Thursday, April 30, 2009

Ammo I can find! Fun with a .22

This upcoming Sunday night - a Home on the Range Review of the Ruger Mark III .22. UPDATE: I am heading out on the road for some work that popped up. I'll have the Ruger range report up Wednesday Night.

Til then, something else small and sweet.

Individual Chocolate Souffles.

But hurry, they too are going fast.

Monday, April 27, 2009

Bacon on the Barbecue

My best friend stopped by after work Saturday. It was a perfect 82 degree day, a brisk breeze - it was time. Time to drag the barbecue out from the barn. Data Viking and friends had dragged out all the chairs and set up the fire pit a few weekends ago for a dinner, but the grill was still under cover. But what to make? Burgers. OK, that's easy. But what to GO with the burgers?

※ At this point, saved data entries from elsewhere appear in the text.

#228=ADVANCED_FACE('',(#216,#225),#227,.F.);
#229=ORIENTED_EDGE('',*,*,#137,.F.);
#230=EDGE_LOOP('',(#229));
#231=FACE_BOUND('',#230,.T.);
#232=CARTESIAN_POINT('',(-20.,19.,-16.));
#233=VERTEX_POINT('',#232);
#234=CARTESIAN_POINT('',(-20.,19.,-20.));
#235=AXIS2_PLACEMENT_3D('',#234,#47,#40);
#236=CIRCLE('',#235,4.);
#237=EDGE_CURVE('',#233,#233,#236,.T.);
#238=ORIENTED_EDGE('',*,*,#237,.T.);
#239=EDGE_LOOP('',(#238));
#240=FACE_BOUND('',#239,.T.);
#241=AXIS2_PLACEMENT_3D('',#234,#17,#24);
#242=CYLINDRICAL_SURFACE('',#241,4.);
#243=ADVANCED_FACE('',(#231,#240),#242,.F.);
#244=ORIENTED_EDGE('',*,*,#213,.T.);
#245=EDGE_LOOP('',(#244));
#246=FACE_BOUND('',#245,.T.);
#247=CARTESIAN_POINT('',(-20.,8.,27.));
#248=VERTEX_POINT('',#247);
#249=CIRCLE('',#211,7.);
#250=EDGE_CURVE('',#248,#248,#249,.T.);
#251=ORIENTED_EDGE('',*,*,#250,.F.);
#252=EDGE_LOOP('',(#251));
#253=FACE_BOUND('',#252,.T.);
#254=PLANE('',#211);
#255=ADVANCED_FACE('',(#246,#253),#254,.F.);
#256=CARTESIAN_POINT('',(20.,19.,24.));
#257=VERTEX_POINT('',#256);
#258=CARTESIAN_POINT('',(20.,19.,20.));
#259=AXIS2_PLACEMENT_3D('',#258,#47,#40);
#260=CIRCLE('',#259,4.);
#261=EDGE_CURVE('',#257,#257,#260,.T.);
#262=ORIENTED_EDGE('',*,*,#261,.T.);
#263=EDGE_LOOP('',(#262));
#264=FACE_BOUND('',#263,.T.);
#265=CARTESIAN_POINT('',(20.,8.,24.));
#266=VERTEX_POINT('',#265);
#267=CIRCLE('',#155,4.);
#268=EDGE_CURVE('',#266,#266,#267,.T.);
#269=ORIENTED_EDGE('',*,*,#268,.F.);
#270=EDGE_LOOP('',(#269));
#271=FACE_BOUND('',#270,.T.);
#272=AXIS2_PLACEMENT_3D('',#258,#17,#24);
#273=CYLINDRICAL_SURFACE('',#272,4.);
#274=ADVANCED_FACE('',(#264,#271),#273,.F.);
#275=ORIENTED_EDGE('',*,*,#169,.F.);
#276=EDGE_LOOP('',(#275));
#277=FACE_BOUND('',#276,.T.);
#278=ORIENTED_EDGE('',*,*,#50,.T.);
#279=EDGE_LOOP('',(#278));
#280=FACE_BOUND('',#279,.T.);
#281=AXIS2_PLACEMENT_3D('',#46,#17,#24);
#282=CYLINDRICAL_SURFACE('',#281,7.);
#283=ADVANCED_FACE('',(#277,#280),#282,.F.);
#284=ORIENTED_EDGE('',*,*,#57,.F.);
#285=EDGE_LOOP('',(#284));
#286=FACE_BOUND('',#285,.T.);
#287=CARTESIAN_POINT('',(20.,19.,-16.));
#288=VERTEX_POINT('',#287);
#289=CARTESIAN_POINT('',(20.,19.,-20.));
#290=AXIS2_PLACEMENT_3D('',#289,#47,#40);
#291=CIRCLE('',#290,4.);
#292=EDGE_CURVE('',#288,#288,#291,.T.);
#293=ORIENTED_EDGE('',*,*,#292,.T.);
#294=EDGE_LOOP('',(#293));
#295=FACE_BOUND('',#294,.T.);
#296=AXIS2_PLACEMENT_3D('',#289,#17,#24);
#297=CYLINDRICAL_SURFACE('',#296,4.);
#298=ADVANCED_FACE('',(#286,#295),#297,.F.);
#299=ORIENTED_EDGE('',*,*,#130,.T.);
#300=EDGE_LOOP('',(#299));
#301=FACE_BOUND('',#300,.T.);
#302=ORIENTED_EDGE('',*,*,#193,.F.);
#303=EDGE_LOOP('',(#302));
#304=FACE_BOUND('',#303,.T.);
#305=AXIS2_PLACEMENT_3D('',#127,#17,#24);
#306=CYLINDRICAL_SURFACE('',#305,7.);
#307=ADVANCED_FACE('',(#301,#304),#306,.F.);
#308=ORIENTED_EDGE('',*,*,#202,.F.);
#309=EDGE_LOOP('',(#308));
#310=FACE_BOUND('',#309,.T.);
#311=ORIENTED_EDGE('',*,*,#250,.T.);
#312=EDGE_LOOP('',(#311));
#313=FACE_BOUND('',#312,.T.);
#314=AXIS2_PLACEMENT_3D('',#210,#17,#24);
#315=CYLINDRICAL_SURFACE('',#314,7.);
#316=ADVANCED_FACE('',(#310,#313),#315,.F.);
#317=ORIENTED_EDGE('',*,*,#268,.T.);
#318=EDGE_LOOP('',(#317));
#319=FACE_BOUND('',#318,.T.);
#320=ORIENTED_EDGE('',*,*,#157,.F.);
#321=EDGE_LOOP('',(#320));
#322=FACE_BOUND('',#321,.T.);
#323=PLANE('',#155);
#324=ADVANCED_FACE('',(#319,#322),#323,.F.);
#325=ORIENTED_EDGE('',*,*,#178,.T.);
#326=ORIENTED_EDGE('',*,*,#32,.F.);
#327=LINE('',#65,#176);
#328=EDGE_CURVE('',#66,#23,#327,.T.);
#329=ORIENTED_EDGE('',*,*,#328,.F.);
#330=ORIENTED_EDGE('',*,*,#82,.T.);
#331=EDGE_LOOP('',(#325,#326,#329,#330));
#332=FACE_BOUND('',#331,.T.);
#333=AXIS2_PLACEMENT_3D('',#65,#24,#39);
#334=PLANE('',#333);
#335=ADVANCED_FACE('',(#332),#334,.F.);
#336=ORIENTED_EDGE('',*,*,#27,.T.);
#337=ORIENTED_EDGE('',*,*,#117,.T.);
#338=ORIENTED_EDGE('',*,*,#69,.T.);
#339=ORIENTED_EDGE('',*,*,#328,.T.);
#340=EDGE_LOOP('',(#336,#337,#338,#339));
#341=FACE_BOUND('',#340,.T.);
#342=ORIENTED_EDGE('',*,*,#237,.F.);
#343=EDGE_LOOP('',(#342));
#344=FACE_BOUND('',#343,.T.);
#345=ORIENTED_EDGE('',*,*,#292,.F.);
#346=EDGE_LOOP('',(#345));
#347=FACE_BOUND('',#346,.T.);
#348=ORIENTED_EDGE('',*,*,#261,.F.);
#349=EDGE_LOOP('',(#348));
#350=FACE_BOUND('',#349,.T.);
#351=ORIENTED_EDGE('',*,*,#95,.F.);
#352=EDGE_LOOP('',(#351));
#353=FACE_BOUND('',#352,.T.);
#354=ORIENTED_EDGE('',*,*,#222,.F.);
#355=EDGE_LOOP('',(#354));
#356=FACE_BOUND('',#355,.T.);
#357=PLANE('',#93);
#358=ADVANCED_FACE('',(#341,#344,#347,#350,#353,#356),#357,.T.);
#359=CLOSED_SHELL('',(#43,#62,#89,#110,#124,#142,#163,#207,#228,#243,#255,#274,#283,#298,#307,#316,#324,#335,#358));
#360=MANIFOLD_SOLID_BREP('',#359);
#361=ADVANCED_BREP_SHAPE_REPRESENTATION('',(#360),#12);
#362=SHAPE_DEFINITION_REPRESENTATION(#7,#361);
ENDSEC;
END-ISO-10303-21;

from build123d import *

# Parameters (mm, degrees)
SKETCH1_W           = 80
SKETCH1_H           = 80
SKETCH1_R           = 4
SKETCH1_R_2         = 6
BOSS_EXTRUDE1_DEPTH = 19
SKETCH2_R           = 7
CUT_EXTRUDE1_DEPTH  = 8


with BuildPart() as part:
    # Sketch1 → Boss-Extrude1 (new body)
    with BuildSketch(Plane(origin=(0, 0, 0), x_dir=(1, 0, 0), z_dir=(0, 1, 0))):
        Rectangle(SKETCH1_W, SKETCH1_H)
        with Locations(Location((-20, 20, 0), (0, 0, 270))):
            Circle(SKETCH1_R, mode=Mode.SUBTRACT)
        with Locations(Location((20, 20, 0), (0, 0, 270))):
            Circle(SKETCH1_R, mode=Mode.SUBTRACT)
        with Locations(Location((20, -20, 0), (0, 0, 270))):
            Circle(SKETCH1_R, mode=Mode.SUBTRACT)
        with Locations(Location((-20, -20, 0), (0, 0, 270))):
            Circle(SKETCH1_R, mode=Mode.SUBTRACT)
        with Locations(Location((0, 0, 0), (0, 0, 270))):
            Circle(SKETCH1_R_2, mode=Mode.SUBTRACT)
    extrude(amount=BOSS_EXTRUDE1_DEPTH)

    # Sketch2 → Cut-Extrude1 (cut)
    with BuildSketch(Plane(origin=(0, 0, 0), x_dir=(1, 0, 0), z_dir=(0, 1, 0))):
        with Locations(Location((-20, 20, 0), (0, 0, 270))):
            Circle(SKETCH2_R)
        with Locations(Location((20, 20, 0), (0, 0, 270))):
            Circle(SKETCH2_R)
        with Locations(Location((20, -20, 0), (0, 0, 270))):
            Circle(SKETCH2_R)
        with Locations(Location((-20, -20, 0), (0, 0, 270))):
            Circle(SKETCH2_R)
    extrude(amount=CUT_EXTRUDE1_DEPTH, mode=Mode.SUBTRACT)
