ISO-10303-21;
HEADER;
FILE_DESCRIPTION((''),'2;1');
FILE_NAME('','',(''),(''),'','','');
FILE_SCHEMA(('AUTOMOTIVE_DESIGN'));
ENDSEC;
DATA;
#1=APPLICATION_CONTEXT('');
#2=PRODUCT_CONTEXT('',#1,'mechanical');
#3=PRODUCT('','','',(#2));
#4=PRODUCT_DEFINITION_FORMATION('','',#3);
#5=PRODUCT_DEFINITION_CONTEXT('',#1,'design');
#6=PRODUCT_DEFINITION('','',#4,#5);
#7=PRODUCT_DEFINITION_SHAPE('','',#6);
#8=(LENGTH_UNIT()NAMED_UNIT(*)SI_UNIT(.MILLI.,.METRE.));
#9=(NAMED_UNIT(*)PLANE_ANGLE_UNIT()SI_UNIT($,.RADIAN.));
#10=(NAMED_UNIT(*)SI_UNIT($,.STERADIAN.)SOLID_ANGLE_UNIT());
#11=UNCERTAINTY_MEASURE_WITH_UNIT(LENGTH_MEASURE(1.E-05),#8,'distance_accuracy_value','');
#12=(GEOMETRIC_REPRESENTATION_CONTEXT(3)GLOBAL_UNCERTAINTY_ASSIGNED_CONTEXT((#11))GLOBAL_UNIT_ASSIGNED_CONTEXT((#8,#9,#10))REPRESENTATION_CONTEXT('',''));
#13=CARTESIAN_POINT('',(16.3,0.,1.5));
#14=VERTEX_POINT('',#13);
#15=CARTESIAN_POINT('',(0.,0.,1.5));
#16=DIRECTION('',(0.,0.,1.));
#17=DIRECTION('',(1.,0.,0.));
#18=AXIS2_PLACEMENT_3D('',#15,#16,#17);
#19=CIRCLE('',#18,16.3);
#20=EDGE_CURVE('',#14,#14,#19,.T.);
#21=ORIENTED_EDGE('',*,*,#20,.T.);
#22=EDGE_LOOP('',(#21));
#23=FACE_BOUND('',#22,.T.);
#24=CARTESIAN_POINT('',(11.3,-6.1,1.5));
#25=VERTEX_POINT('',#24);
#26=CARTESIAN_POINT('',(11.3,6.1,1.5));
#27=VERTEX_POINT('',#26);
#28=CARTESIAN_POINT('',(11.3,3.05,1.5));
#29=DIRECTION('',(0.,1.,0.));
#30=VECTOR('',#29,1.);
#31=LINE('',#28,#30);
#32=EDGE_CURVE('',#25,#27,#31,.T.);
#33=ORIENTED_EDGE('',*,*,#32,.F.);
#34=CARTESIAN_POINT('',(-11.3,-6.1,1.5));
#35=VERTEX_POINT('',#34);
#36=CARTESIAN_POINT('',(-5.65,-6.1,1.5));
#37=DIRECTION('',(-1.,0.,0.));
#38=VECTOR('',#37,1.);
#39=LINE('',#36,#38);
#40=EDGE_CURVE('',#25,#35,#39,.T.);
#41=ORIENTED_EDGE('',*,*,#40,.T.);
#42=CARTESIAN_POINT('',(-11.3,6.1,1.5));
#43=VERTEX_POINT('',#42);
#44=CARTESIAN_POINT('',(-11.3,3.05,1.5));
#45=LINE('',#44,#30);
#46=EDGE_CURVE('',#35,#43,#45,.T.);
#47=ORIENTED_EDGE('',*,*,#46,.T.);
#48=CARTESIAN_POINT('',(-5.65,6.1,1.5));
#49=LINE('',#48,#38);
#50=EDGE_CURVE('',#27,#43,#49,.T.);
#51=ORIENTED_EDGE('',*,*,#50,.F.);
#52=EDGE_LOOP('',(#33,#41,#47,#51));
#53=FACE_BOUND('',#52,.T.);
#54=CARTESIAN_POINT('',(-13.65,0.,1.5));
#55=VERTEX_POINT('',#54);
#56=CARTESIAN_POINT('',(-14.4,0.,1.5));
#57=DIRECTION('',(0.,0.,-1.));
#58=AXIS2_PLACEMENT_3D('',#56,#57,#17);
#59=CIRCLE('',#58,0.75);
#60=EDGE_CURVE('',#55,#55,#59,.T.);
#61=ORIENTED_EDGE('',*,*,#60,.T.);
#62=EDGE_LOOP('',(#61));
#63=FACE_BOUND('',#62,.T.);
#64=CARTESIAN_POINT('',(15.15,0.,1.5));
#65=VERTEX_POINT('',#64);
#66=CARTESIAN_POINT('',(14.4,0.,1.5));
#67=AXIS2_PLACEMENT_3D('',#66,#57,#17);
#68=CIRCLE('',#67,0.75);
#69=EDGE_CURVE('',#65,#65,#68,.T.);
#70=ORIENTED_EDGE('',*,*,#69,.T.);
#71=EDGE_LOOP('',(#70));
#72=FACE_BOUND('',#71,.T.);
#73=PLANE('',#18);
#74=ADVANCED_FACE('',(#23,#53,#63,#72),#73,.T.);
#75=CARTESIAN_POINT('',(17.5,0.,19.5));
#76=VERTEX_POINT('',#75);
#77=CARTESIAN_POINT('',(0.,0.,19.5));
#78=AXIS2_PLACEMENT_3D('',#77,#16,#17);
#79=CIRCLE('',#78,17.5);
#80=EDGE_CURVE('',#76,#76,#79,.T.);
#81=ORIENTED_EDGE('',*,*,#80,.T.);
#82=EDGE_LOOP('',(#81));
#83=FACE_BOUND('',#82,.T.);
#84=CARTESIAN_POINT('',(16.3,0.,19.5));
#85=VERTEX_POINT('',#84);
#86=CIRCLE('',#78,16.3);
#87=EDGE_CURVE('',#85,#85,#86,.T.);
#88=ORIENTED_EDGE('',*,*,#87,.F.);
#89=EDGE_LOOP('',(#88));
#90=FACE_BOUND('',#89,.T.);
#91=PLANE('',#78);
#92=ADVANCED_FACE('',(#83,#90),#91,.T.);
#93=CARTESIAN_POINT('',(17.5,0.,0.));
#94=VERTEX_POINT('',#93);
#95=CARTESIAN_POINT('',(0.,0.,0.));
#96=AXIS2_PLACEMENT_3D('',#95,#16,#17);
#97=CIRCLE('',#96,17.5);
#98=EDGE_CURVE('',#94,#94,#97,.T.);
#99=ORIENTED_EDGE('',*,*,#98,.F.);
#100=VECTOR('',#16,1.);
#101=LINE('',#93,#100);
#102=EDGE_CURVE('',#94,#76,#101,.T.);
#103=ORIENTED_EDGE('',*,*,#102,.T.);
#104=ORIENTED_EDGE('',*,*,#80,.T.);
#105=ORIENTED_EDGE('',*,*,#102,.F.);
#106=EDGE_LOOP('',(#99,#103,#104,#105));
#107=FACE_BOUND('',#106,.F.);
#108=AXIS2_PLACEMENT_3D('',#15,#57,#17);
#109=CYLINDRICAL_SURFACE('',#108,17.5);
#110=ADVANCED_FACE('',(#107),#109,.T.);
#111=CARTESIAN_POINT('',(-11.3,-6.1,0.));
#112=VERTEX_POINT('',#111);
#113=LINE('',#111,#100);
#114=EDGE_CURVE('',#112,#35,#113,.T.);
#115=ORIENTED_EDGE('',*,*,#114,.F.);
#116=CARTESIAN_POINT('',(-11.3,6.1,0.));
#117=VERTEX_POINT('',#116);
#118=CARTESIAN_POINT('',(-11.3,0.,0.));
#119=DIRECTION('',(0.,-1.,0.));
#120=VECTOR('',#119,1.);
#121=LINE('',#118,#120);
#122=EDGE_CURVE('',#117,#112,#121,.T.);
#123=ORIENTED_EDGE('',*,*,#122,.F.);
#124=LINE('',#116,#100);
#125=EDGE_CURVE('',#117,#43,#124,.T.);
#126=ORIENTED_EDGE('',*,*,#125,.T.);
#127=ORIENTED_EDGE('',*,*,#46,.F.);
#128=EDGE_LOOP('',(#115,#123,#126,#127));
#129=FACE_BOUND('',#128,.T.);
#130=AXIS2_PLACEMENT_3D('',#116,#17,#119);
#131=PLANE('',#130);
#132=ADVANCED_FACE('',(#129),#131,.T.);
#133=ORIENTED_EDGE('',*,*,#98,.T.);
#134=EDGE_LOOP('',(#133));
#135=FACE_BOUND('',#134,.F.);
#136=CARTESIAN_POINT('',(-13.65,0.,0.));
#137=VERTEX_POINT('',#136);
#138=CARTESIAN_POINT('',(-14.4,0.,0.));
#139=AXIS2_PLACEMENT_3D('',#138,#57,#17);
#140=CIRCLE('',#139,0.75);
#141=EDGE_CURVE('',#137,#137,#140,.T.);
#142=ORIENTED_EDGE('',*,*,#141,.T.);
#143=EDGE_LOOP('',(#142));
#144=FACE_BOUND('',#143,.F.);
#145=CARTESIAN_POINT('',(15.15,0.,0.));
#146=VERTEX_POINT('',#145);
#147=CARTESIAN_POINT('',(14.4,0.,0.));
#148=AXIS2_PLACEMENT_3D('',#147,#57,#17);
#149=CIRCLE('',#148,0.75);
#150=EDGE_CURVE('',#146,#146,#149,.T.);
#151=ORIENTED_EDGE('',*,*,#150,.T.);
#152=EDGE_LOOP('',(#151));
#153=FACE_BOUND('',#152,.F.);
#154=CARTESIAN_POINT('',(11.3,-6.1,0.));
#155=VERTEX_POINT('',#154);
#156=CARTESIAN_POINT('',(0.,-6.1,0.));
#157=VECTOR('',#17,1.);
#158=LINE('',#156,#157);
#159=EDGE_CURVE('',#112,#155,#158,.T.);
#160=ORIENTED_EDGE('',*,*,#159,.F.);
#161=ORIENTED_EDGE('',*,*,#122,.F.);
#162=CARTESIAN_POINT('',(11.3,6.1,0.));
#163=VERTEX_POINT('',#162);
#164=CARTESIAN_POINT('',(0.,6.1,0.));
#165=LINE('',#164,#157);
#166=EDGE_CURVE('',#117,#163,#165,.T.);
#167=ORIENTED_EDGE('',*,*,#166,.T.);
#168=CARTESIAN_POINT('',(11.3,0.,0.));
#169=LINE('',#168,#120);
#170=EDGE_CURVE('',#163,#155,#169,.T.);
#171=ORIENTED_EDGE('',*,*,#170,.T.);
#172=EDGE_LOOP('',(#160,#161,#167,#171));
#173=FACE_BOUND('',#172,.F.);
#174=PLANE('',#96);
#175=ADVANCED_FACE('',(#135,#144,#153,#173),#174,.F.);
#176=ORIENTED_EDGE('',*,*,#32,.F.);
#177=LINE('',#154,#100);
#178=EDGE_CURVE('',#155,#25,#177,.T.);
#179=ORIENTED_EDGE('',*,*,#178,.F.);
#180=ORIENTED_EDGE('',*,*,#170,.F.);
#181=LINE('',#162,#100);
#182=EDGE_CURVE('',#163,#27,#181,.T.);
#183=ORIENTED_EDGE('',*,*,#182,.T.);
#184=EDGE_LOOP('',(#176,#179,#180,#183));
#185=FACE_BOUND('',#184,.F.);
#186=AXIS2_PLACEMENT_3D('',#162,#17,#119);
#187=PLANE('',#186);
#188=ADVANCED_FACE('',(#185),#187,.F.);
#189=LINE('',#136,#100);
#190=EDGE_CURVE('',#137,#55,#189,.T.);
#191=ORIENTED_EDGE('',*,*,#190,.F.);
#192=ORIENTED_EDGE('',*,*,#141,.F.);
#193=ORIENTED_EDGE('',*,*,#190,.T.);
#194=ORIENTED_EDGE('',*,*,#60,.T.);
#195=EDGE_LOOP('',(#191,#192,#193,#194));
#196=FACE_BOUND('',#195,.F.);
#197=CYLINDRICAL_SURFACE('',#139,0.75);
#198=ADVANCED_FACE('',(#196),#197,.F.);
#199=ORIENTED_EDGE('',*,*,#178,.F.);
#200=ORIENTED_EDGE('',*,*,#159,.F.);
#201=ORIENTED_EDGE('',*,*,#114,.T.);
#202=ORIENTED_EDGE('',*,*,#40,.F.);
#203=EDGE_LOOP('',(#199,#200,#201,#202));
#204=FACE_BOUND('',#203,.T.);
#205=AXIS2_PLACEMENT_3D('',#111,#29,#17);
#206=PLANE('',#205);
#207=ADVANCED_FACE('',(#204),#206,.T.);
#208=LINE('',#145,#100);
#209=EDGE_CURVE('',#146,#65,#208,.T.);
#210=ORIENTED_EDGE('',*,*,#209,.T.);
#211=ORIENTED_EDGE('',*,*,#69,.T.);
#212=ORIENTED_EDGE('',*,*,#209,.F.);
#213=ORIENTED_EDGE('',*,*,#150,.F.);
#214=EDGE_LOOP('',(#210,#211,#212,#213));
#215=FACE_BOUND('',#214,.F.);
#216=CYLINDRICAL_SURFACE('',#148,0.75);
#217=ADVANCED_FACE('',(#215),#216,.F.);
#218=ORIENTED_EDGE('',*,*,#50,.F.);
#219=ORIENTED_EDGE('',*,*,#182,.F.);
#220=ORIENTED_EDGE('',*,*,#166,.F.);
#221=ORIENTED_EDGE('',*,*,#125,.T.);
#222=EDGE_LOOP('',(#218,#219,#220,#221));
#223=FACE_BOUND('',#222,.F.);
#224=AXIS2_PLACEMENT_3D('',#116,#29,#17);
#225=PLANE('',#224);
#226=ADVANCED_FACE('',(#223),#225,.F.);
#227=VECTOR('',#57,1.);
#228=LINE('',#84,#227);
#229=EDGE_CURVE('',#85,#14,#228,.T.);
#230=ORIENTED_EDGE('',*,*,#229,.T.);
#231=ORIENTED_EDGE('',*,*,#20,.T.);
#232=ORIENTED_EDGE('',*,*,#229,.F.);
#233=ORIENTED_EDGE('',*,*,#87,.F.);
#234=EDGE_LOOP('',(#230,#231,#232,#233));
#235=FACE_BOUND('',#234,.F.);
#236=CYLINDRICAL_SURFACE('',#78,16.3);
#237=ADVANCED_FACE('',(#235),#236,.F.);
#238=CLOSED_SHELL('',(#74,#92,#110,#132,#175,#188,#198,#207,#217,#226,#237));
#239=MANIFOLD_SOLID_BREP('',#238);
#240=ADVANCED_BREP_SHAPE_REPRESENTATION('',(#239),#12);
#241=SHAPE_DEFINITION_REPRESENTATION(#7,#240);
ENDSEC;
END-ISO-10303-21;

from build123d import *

# Parameters (mm, degrees)
SKETCH_R        = 17.5
PAD_DEPTH       = 20
SKETCH001_R     = 32
POCKET_DEPTH    = 18.5
SKETCH002_R     = 0.75
SKETCH002_W     = 22.6
SKETCH002_H     = 12.2
POCKET001_DEPTH = 5
SKETCH005_R     = 17.5
PAD001_DEPTH    = 18
SKETCH006_R     = 16.3
POCKET002_DEPTH = 18


with BuildPart() as part:
    # Sketch → Pad (new body)
    with BuildSketch(Plane.XY):
        Circle(SKETCH_R)
    extrude(amount=PAD_DEPTH)

    # Sketch001 (on Face3 of Pad) → Pocket (cut)
    with BuildSketch(Plane.XY.offset(20)):
        Circle(SKETCH001_R)
    extrude(amount=-POCKET_DEPTH, mode=Mode.SUBTRACT)

    # Sketch002 (on Face2 of Pocket) → Pocket001 (cut)
    with BuildSketch(Plane(origin=(0, 0, 0), x_dir=(1, 0, 0), z_dir=(0, 0, -1))):
        with Locations((-14.4, 0)):
            Circle(SKETCH002_R)
        with Locations((14.4, 0)):
            Circle(SKETCH002_R)
        Rectangle(SKETCH002_W, SKETCH002_H)
    extrude(amount=-POCKET001_DEPTH, mode=Mode.SUBTRACT)

    # Sketch005 (on Face3 of Pocket001) → Pad001 (join)
    with BuildSketch(Plane.XY.offset(1.5)):
        Circle(SKETCH005_R)
    extrude(amount=PAD001_DEPTH)

    # Sketch006 (on Face4 of Pad001) → Pocket002 (cut)
    with BuildSketch(Plane.XY.offset(19.5)):
        Circle(SKETCH006_R)
    extrude(amount=-POCKET002_DEPTH, mode=Mode.SUBTRACT)


solid = part.part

I got hooked on coleslaw on some sandwiches and burgers after reading a Robert Parker Spenser novel in which he put deli coleslaw on a tuna salad sandwich. (Yes, I'm a big Robert Parker fan, especially the early Spenser books). I was hooked. Now, that's often all I put on my burger, except for perhaps a slice of cheddar. But not just any coleslaw that night, with a dear and long trusted friend - Bacon coleslaw. You start with some fresh cabbage, not the bagged stuff, sliced not too thin and mixed with orange or yellow peppers, crumbled blue cheese and bacon. You can even cook the bacon in a cast iron skillet over the grill so you don't heat up your kitchen. Here is the salad before the dressing. Yum.Next the dressing, made with homemade ranch to which honey and red wine vinegar are added and allowed to blend. My friend said it was more "salad" than slaw, "salads good for you, right?!"and then proceeded to eat a bowl's worth of it before the burgers even went on the grill. It was that good.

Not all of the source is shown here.